Het is een soort therapie bedrijven met mezelf. Nu heb ik de mazzel dat ik dik drie jaar in therapie geweest ben, en een beetje een route gevonden heb waardoor ik oude dingen los kan laten. Maar ik kan me voorstellen dat dit voor jou een lastig ding lijkt. Is dat het geval, dan heb ik een goeie tip voor je: Inge den Boer-Benders maakt dit proces erg toegankelijk in haar boek Ouderliefde is niet genoeg. Ze beschrijft hoe je door vervelende ervaringen in je kindertijd hele stukken van jezelf hebt achtergelaten op het moment dat jou iets vervelends overkwam, alsof ze van je zijn afgesplitst. Het goeie nieuws is dat je deze kleine versies van jezelf ook weer terug kunt halen, naar het nu, zodat je weer een compleet mens wordt. Ze geeft er een hele mooie en doeltreffende oefening bij. (Er moet bij gezegd worden dat dit een enorm krachtige oefening is en als je veel onverwerkte dingen hebt liggen kan het nogal overweldigend zijn om dit te doen. Als je hierover twijfelt kun je misschien het beste een goeie therapeut zoeken die je kan begeleiden.)

Stel je voor dat je (zoals je nu bent) in een weiland ligt. Het is mooi weer en er is niemand in de buurt. Ga maar eens lekker op je rug in het zachte gras liggen. De zon schijnt en je wordt je bewust van die grote aarde onder je. Moeder aarde heet je welkom. Alles van jou is welkom: alle gevoelens angsten, woede, vreugde, verdriet. Alle fouten en gedragingen… Alles van jou is welkom. Ooit heb je in een bepaalde situatie er voor gekozen een deel van jezelf achter te laten. Dat kleine jongetje zal nu aan de rand van je weiland verschijnen . Hij wil terugkomen en heeft dat al vaak geprobeerd maar nu probeert hij het weer. Zie hem maar staan aan de rand van je weiland.
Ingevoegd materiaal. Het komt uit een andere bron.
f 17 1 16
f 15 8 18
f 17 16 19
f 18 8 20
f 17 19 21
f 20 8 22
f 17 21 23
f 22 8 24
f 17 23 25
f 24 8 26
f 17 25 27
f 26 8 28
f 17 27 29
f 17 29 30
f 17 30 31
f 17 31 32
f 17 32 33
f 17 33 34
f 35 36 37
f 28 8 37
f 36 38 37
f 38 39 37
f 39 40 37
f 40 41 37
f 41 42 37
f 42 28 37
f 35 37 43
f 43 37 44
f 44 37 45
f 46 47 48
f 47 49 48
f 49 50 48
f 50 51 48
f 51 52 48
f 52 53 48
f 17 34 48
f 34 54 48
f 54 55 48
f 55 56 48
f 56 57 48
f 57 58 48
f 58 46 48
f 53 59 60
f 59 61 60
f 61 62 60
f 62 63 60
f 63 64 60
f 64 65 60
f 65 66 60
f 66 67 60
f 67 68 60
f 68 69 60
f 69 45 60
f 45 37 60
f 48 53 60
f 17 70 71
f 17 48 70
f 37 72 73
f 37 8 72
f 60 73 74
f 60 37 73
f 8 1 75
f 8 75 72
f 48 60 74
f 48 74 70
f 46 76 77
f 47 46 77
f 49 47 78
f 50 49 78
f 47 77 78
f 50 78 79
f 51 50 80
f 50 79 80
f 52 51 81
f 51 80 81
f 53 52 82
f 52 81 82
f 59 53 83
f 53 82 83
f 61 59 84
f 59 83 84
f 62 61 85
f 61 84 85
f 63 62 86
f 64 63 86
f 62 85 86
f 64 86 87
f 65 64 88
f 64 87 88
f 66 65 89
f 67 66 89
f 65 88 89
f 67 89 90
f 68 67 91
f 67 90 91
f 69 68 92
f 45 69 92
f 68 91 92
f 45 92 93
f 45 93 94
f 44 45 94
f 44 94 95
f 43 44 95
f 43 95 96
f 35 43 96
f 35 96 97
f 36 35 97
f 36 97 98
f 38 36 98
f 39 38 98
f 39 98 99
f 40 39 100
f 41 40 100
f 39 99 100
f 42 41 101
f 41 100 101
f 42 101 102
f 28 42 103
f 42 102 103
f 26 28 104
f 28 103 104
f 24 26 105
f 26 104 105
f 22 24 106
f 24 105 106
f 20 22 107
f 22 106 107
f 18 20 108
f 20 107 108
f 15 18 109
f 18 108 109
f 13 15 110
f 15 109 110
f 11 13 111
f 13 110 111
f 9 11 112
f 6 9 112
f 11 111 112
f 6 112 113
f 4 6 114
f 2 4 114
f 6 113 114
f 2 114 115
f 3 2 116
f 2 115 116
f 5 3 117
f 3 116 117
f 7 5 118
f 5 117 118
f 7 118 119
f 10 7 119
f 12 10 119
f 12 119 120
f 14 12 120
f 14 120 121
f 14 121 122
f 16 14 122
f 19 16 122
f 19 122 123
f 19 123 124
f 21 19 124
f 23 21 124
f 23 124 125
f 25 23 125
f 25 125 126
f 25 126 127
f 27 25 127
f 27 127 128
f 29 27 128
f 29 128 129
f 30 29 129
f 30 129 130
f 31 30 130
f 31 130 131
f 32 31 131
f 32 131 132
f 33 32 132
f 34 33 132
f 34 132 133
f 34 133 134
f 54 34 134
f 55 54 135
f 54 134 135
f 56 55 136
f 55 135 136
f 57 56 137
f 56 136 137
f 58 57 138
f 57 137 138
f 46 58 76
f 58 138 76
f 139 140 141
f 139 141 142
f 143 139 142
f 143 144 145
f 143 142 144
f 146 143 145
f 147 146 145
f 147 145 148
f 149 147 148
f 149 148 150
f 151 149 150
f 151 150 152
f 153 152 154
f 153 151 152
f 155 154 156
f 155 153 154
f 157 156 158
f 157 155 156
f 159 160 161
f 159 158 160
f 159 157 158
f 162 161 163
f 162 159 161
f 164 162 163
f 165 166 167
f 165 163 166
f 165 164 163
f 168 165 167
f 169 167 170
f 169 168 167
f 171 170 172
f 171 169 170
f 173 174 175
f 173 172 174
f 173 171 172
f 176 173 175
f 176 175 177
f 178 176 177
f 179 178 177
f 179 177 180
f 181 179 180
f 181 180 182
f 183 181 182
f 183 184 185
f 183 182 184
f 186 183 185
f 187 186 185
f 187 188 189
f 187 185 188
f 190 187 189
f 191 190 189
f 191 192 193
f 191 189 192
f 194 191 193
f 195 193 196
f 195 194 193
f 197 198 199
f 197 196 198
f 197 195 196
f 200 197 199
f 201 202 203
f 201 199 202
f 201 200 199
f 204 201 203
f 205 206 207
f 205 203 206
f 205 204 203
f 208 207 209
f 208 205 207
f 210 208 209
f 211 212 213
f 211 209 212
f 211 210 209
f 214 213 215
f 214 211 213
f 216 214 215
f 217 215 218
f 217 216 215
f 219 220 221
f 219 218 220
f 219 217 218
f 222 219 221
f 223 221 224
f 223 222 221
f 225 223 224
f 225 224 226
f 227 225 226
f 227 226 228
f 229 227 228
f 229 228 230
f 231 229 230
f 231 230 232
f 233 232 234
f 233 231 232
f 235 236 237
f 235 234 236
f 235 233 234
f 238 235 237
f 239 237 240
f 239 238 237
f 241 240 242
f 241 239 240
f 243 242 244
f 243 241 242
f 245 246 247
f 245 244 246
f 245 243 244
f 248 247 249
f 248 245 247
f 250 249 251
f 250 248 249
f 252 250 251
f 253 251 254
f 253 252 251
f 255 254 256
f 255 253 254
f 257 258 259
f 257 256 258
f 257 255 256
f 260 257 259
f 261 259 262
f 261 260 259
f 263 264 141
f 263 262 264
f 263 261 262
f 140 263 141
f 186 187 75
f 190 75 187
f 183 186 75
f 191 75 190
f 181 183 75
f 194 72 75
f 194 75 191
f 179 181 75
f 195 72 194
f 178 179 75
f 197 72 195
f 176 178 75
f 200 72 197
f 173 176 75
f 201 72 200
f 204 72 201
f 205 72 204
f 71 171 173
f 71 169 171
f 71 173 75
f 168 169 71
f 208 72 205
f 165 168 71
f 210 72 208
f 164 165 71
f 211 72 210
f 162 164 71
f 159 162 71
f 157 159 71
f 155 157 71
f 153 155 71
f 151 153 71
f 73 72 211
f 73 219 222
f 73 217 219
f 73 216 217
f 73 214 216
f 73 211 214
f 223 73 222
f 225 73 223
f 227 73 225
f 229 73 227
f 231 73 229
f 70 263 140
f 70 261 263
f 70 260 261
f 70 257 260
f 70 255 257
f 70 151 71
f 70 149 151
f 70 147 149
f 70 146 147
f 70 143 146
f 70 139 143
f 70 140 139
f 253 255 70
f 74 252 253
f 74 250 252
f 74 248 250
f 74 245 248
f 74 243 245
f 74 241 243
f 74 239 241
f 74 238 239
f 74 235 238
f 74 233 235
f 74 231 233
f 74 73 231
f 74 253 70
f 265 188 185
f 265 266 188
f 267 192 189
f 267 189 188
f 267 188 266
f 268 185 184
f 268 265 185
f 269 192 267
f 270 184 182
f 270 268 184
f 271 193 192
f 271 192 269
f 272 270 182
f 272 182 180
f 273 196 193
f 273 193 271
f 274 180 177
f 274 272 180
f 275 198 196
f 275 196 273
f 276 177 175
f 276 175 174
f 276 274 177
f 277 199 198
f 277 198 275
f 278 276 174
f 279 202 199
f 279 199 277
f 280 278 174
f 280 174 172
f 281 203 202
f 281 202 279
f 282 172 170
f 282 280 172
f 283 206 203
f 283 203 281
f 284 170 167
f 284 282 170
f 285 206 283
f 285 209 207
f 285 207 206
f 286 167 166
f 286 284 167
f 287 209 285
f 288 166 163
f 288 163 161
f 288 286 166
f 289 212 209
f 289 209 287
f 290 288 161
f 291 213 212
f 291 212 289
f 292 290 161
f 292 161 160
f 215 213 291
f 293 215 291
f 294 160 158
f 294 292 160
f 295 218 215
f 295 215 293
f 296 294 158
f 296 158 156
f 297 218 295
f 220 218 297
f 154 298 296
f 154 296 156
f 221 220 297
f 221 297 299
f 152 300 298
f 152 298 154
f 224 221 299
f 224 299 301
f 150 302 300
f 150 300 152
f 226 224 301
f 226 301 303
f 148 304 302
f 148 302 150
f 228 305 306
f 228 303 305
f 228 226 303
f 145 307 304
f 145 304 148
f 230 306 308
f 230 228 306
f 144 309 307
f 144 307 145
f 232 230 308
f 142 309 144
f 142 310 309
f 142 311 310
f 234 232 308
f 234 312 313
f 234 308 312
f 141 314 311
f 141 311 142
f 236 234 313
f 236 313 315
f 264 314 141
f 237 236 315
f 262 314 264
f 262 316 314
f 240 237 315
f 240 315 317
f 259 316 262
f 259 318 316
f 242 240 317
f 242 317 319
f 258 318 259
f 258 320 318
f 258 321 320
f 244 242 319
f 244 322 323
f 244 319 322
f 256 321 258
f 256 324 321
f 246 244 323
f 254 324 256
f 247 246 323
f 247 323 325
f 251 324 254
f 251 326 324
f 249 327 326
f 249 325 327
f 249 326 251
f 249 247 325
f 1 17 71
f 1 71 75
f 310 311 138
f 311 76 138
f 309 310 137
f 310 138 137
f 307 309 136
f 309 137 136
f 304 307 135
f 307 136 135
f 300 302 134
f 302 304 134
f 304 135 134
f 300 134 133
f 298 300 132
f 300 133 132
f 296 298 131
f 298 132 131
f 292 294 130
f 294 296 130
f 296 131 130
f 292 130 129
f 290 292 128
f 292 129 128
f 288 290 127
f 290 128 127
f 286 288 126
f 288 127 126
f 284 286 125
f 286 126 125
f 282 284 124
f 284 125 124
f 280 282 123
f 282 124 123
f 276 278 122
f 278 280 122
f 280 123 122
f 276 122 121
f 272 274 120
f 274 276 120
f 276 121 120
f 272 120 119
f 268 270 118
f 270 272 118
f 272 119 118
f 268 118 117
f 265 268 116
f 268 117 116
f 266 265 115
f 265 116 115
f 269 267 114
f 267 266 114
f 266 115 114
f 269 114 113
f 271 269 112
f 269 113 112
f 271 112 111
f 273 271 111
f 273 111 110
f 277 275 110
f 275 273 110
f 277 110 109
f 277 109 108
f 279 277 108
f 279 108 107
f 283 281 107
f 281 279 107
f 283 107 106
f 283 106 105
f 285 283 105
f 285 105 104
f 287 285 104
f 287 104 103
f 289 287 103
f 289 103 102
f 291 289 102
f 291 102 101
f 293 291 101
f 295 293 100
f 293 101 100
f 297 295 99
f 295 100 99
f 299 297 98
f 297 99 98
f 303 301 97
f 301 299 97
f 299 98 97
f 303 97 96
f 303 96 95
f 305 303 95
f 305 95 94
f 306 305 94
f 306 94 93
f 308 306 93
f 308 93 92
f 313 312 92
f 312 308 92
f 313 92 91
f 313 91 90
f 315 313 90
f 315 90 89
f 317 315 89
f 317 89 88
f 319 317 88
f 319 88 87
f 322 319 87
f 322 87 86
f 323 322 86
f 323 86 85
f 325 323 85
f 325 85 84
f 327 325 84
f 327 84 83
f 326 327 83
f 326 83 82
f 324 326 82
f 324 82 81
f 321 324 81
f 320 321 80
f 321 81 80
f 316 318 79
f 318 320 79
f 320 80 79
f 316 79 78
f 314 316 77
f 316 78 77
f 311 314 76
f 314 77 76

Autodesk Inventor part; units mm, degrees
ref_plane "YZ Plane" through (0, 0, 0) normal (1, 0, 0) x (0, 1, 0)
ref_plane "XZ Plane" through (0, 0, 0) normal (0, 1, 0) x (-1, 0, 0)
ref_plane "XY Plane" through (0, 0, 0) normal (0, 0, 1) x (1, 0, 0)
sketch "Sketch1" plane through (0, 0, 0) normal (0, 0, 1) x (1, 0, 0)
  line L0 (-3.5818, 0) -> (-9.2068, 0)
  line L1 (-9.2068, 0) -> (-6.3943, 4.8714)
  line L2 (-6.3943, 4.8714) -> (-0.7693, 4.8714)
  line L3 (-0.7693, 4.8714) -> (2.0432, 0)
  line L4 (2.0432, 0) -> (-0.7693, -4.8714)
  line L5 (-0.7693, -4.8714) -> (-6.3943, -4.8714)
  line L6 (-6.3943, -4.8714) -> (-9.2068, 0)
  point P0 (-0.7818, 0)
Nodig hem uit om naar je toe te komen. (p.148 Ouderliefde is niet genoeg)

Deze oefening heeft als doel je weer met dat kind in je te verenigen. Ik vind het een erg doeltreffende manier om contact te maken met kleine versies van mezelf en ze weer in mijn volwassen ik te integreren. En het allerleukste is nog wel dat ik door dit soort dingen te doen, mijn eigen zoon helderder kan zien, omdat mijn blik en gevoelens minder vertoebeld zijn door mijn eigen ouwe troep. Daardoor voel ik me veel relaxter en krachtiger van binnenuit als moeder.

Het derde ding wat ik doe om mijn kind in al zijn levendigheid te kunnen zien, en dat doe ik pas sinds kort (zie mijn blog), is me focussen op zijn positieve eigenschappen. Het is zo simpel, maar zo doeltreffend! Ik ben van nature zo geneigd (en velen met mij) om vooral dat te zien wat niet loopt! Dat probeer ik dan om te buigen naar iets positiefs, maar dat lukt vaker niet dan wel. Maar nu ik me focus op Dylans vermogens in plaats van op zijn zwaktes, blijf ik me veel krachtiger voelen en ben ik veel creatiever in het ombuigen van zogenaamde negatieve gebeurtenissen.

En wat ik vooral probeer is deze dingen op een lichte en speelse manier te doen, joyful! Ik kan het natuurlijk best zwaar maken door het heel ernstig te zien allemaal, en me mijn fouten ernstig kwalijk te nemen, maar dat is voor mij niet leuk, voor mijn partner niet gezellig en voor Dylan al helemáál niet! Ik moet bekennen dat ik het een tijd lang best zwaar heb gemaakt, zonder dat door te hebben overigens. Nu ik lekkerder in m’n vel zit en het allemaal wat luchtiger aanpak, is het groeien hierin gaandeweg een mooi en vloeiend proces geworden!